--- What is required ---
Print, exactly as they stand, the lines from the start of the listing to the line containing "extrude(amount=BOSS_EXTRUDE1_DEPTH)", inclusive.

(Records shown)

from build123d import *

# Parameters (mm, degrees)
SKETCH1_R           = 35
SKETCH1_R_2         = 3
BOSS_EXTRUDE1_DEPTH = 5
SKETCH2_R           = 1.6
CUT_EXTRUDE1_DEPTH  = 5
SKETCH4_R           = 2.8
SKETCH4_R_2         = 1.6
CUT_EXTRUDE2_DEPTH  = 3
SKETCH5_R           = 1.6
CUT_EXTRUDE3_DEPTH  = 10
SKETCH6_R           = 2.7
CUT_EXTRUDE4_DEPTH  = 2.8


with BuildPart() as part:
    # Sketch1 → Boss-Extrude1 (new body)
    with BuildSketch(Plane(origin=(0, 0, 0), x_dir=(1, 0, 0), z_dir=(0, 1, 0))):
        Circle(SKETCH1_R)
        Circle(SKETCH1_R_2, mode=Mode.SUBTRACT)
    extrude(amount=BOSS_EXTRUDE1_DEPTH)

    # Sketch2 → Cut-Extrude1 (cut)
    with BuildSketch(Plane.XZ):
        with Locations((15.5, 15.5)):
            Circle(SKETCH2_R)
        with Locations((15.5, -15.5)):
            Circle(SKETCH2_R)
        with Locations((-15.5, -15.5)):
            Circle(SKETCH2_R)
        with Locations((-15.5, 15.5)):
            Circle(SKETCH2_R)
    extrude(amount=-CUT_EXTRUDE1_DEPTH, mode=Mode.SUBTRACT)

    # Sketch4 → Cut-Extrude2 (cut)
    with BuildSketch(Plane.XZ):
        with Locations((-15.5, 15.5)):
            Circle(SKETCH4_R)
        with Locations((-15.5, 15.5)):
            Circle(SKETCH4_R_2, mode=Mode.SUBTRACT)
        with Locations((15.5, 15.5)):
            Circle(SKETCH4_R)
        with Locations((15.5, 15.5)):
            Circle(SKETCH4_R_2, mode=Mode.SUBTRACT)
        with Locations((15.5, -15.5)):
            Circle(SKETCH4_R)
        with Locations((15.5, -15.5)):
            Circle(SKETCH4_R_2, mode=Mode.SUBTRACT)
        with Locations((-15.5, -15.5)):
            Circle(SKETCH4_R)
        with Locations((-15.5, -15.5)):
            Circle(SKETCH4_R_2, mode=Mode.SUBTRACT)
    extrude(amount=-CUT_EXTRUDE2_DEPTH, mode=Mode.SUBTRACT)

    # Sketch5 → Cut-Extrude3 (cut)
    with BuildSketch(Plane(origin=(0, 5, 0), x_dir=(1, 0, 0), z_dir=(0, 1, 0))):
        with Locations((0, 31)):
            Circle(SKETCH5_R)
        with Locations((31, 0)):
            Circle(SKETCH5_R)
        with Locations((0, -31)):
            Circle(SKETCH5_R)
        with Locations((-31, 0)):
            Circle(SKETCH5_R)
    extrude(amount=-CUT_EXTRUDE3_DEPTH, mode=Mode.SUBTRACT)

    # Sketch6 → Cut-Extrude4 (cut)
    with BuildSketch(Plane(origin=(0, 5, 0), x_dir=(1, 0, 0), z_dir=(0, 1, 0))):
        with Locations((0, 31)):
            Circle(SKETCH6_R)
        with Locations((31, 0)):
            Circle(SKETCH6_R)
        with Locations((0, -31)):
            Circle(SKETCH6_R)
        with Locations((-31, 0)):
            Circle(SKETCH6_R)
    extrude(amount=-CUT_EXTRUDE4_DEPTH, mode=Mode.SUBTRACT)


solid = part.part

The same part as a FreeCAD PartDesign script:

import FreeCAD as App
import Part
import Sketcher

V = App.Vector
Q = App.Units.Quantity

doc = App.newDocument("Part")
params = doc.addObject("Spreadsheet::Sheet", "Params")
for row, (alias, value) in enumerate([
    ("sketch1_diameter", "70 mm"),
    ("sketch1_diameter2", "6 mm"),
    ("pad1_length", "5 mm"),
    ("sketch2_diameter", "3.2 mm"),
    ("pocket1_length", "5 mm"),
    ("sketch3_diameter", "5.6 mm"),
    ("sketch3_diameter2", "3.2 mm"),
    ("pocket2_length", "3 mm"),
    ("sketch4_diameter", "3.2 mm"),
    ("pocket3_length", "10 mm"),
    ("sketch5_diameter", "5.4 mm"),
    ("pocket4_length", "2.8 mm"),
], start=1):
    params.set(f"A{row}", alias)
    params.set(f"B{row}", "=" + value)
    params.setAlias(f"B{row}", alias)

body = doc.addObject("PartDesign::Body", "Body")

sketch1 = body.newObject("Sketcher::SketchObject", "Sketch")
sketch1.AttachmentSupport = (doc.getObject("XZ_Plane"), [""])
sketch1.MapMode = "FlatFace"
sketch1.addGeometry(Part.Circle(V(0, 0, 0), V(0, 0, 1), 35), False)
sketch1.addGeometry(Part.Circle(V(0, 0, 0), V(0, 0, 1), 3), False)
sketch1.addConstraint(Sketcher.Constraint("Coincident", 0, 3, -1, 1))
sketch1.addConstraint(Sketcher.Constraint("Coincident", 1, 3, -1, 1))
sketch1.addConstraint(Sketcher.Constraint("Diameter", 0, Q("70 mm")))
sketch1.addConstraint(Sketcher.Constraint("Diameter", 1, Q("6 mm")))
sketch1.setExpression("Constraints[2]", "Params.sketch1_diameter")
sketch1.setExpression("Constraints[3]", "Params.sketch1_diameter2")
pad1 = body.newObject("PartDesign::Pad", "Pad")
pad1.Profile = sketch1
pad1.setExpression("Length", "Params.pad1_length")
pad1.Reversed = True

sketch2 = body.newObject("Sketcher::SketchObject", "Sketch001")
sketch2.AttachmentSupport = (doc.getObject("XZ_Plane"), [""])
sketch2.MapMode = "FlatFace"
sketch2.addGeometry(Part.Circle(V(15.5, 15.5, 0), V(0, 0, 1), 1.6), False)
sketch2.addGeometry(Part.Circle(V(15.5, -15.5, 0), V(0, 0, 1), 1.6), False)
sketch2.addGeometry(Part.Circle(V(-15.5, -15.5, 0), V(0, 0, 1), 1.6), False)
sketch2.addGeometry(Part.Circle(V(-15.5, 15.5, 0), V(0, 0, 1), 1.6), False)
sketch2.addConstraint(Sketcher.Constraint("Equal", 0, 1))
sketch2.addConstraint(Sketcher.Constraint("Equal", 1, 2))
sketch2.addConstraint(Sketcher.Constraint("Equal", 2, 3))
sketch2.addConstraint(Sketcher.Constraint("Symmetric", 0, 3, 2, 3, -1, 1))
sketch2.addConstraint(Sketcher.Constraint("Symmetric", 1, 3, 3, 3, -1, 1))
sketch2.addConstraint(Sketcher.Constraint("Symmetric", 1, 3, 2, 3, -2))
sketch2.addConstraint(Sketcher.Constraint("Diameter", 0, Q("3.2 mm")))
sketch2.addConstraint(Sketcher.Constraint("DistanceY", 1, 3, 0, 3, Q("31 mm")))
sketch2.addConstraint(Sketcher.Constraint("DistanceX", 2, 3, 1, 3, Q("31 mm")))
sketch2.setExpression("Constraints[6]", "Params.sketch2_diameter")
pocket1 = body.newObject("PartDesign::Pocket", "Pocket")
pocket1.Profile = sketch2
pocket1.setExpression("Length", "Params.pocket1_length")

sketch3 = body.newObject("Sketcher::SketchObject", "Sketch002")
sketch3.AttachmentSupport = (doc.getObject("XZ_Plane"), [""])
sketch3.MapMode = "FlatFace"
sketch3.addGeometry(Part.Circle(V(-15.5, 15.5, 0), V(0, 0, 1), 2.8), False)
sketch3.addGeometry(Part.Circle(V(-15.5, 15.5, 0), V(0, 0, 1), 1.6), False)
sketch3.addGeometry(Part.Circle(V(15.5, 15.5, 0), V(0, 0, 1), 2.8), False)
sketch3.addGeometry(Part.Circle(V(15.5, 15.5, 0), V(0, 0, 1), 1.6), False)
sketch3.addGeometry(Part.Circle(V(15.5, -15.5, 0), V(0, 0, 1), 2.8), False)
sketch3.addGeometry(Part.Circle(V(15.5, -15.5, 0), V(0, 0, 1), 1.6), False)
sketch3.addGeometry(Part.Circle(V(-15.5, -15.5, 0), V(0, 0, 1), 2.8), False)
sketch3.addGeometry(Part.Circle(V(-15.5, -15.5, 0), V(0, 0, 1), 1.6), False)
sketch3.addConstraint(Sketcher.Constraint("Coincident", 1, 3, 0, 3))
sketch3.addConstraint(Sketcher.Constraint("Coincident", 3, 3, 2, 3))
sketch3.addConstraint(Sketcher.Constraint("Coincident", 5, 3, 4, 3))
sketch3.addConstraint(Sketcher.Constraint("Coincident", 7, 3, 6, 3))
sketch3.addConstraint(Sketcher.Constraint("Equal", 0, 2))
sketch3.addConstraint(Sketcher.Constraint("Equal", 1, 3))
sketch3.addConstraint(Sketcher.Constraint("Equal", 2, 4))
sketch3.addConstraint(Sketcher.Constraint("Equal", 3, 5))
sketch3.addConstraint(Sketcher.Constraint("Equal", 4, 6))
sketch3.addConstraint(Sketcher.Constraint("Equal", 5, 7))
sketch3.addConstraint(Sketcher.Constraint("Symmetric", 0, 3, 4, 3, -1, 1))
sketch3.addConstraint(Sketcher.Constraint("Symmetric", 2, 3, 6, 3, -1, 1))
sketch3.addConstraint(Sketcher.Constraint("Symmetric", 0, 3, 2, 3, -2))
sketch3.addConstraint(Sketcher.Constraint("Diameter", 0, Q("5.6 mm")))
sketch3.addConstraint(Sketcher.Constraint("Diameter", 1, Q("3.2 mm")))
sketch3.addConstraint(Sketcher.Constraint("DistanceX", 0, 3, 2, 3, Q("31 mm")))
sketch3.addConstraint(Sketcher.Constraint("DistanceY", 4, 3, 2, 3, Q("31 mm")))
sketch3.setExpression("Constraints[13]", "Params.sketch3_diameter")
sketch3.setExpression("Constraints[14]", "Params.sketch3_diameter2")
pocket2 = body.newObject("PartDesign::Pocket", "Pocket001")
pocket2.Profile = sketch3
pocket2.setExpression("Length", "Params.pocket2_length")

sketch4 = body.newObject("Sketcher::SketchObject", "Sketch003")
sketch4.AttachmentSupport = (doc.getObject("XZ_Plane"), [""])
sketch4.MapMode = "FlatFace"
sketch4.AttachmentOffset = App.Placement(V(0, 0, -5), App.Rotation())
sketch4.addGeometry(Part.Circle(V(0, -31, 0), V(0, 0, 1), 1.6), False)
sketch4.addGeometry(Part.Circle(V(31, 0, 0), V(0, 0, 1), 1.6), False)
sketch4.addGeometry(Part.Circle(V(0, 31, 0), V(0, 0, 1), 1.6), False)
sketch4.addGeometry(Part.Circle(V(-31, 0, 0), V(0, 0, 1), 1.6), False)
sketch4.addConstraint(Sketcher.Constraint("Equal", 0, 1))
sketch4.addConstraint(Sketcher.Constraint("Equal", 1, 2))
sketch4.addConstraint(Sketcher.Constraint("Equal", 2, 3))
sketch4.addConstraint(Sketcher.Constraint("Symmetric", 0, 3, 2, 3, -1, 1))
sketch4.addConstraint(Sketcher.Constraint("Symmetric", 1, 3, 3, 3, -1, 1))
sketch4.addConstraint(Sketcher.Constraint("PointOnObject", 0, 3, -2))
sketch4.addConstraint(Sketcher.Constraint("PointOnObject", 1, 3, -1))
sketch4.addConstraint(Sketcher.Constraint("Diameter", 0, Q("3.2 mm")))
sketch4.addConstraint(Sketcher.Constraint("DistanceY", 0, 3, -1, 1, Q("31 mm")))
sketch4.addConstraint(Sketcher.Constraint("DistanceX", -1, 1, 1, 3, Q("31 mm")))
sketch4.setExpression("Constraints[7]", "Params.sketch4_diameter")
pocket3 = body.newObject("PartDesign::Pocket", "Pocket002")
pocket3.Profile = sketch4
pocket3.setExpression("Length", "Params.pocket3_length")
pocket3.Reversed = True

sketch5 = body.newObject("Sketcher::SketchObject", "Sketch004")
sketch5.AttachmentSupport = (doc.getObject("XZ_Plane"), [""])
sketch5.MapMode = "FlatFace"
sketch5.AttachmentOffset = App.Placement(V(0, 0, -5), App.Rotation())
sketch5.addGeometry(Part.Circle(V(0, -31, 0), V(0, 0, 1), 2.7), False)
sketch5.addGeometry(Part.Circle(V(31, 0, 0), V(0, 0, 1), 2.7), False)
sketch5.addGeometry(Part.Circle(V(0, 31, 0), V(0, 0, 1), 2.7), False)
sketch5.addGeometry(Part.Circle(V(-31, 0, 0), V(0, 0, 1), 2.7), False)
sketch5.addConstraint(Sketcher.Constraint("Equal", 0, 1))
sketch5.addConstraint(Sketcher.Constraint("Equal", 1, 2))
sketch5.addConstraint(Sketcher.Constraint("Equal", 2, 3))
sketch5.addConstraint(Sketcher.Constraint("Symmetric", 0, 3, 2, 3, -1, 1))
sketch5.addConstraint(Sketcher.Constraint("Symmetric", 1, 3, 3, 3, -1, 1))
sketch5.addConstraint(Sketcher.Constraint("PointOnObject", 0, 3, -2))
sketch5.addConstraint(Sketcher.Constraint("PointOnObject", 1, 3, -1))
sketch5.addConstraint(Sketcher.Constraint("Diameter", 0, Q("5.4 mm")))
sketch5.addConstraint(Sketcher.Constraint("DistanceY", 0, 3, -1, 1, Q("31 mm")))
sketch5.addConstraint(Sketcher.Constraint("DistanceX", -1, 1, 1, 3, Q("31 mm")))
sketch5.setExpression("Constraints[7]", "Params.sketch5_diameter")
pocket4 = body.newObject("PartDesign::Pocket", "Pocket003")
pocket4.Profile = sketch5
pocket4.setExpression("Length", "Params.pocket4_length")
pocket4.Reversed = True

doc.recompute()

(End Records shown)

--- Completed task ---
from build123d import *

# Parameters (mm, degrees)
SKETCH1_R           = 35
SKETCH1_R_2         = 3
BOSS_EXTRUDE1_DEPTH = 5
SKETCH2_R           = 1.6
CUT_EXTRUDE1_DEPTH  = 5
SKETCH4_R           = 2.8
SKETCH4_R_2         = 1.6
CUT_EXTRUDE2_DEPTH  = 3
SKETCH5_R           = 1.6
CUT_EXTRUDE3_DEPTH  = 10
SKETCH6_R           = 2.7
CUT_EXTRUDE4_DEPTH  = 2.8


with BuildPart() as part:
    # Sketch1 → Boss-Extrude1 (new body)
    with BuildSketch(Plane(origin=(0, 0, 0), x_dir=(1, 0, 0), z_dir=(0, 1, 0))):
        Circle(SKETCH1_R)
        Circle(SKETCH1_R_2, mode=Mode.SUBTRACT)
    extrude(amount=BOSS_EXTRUDE1_DEPTH)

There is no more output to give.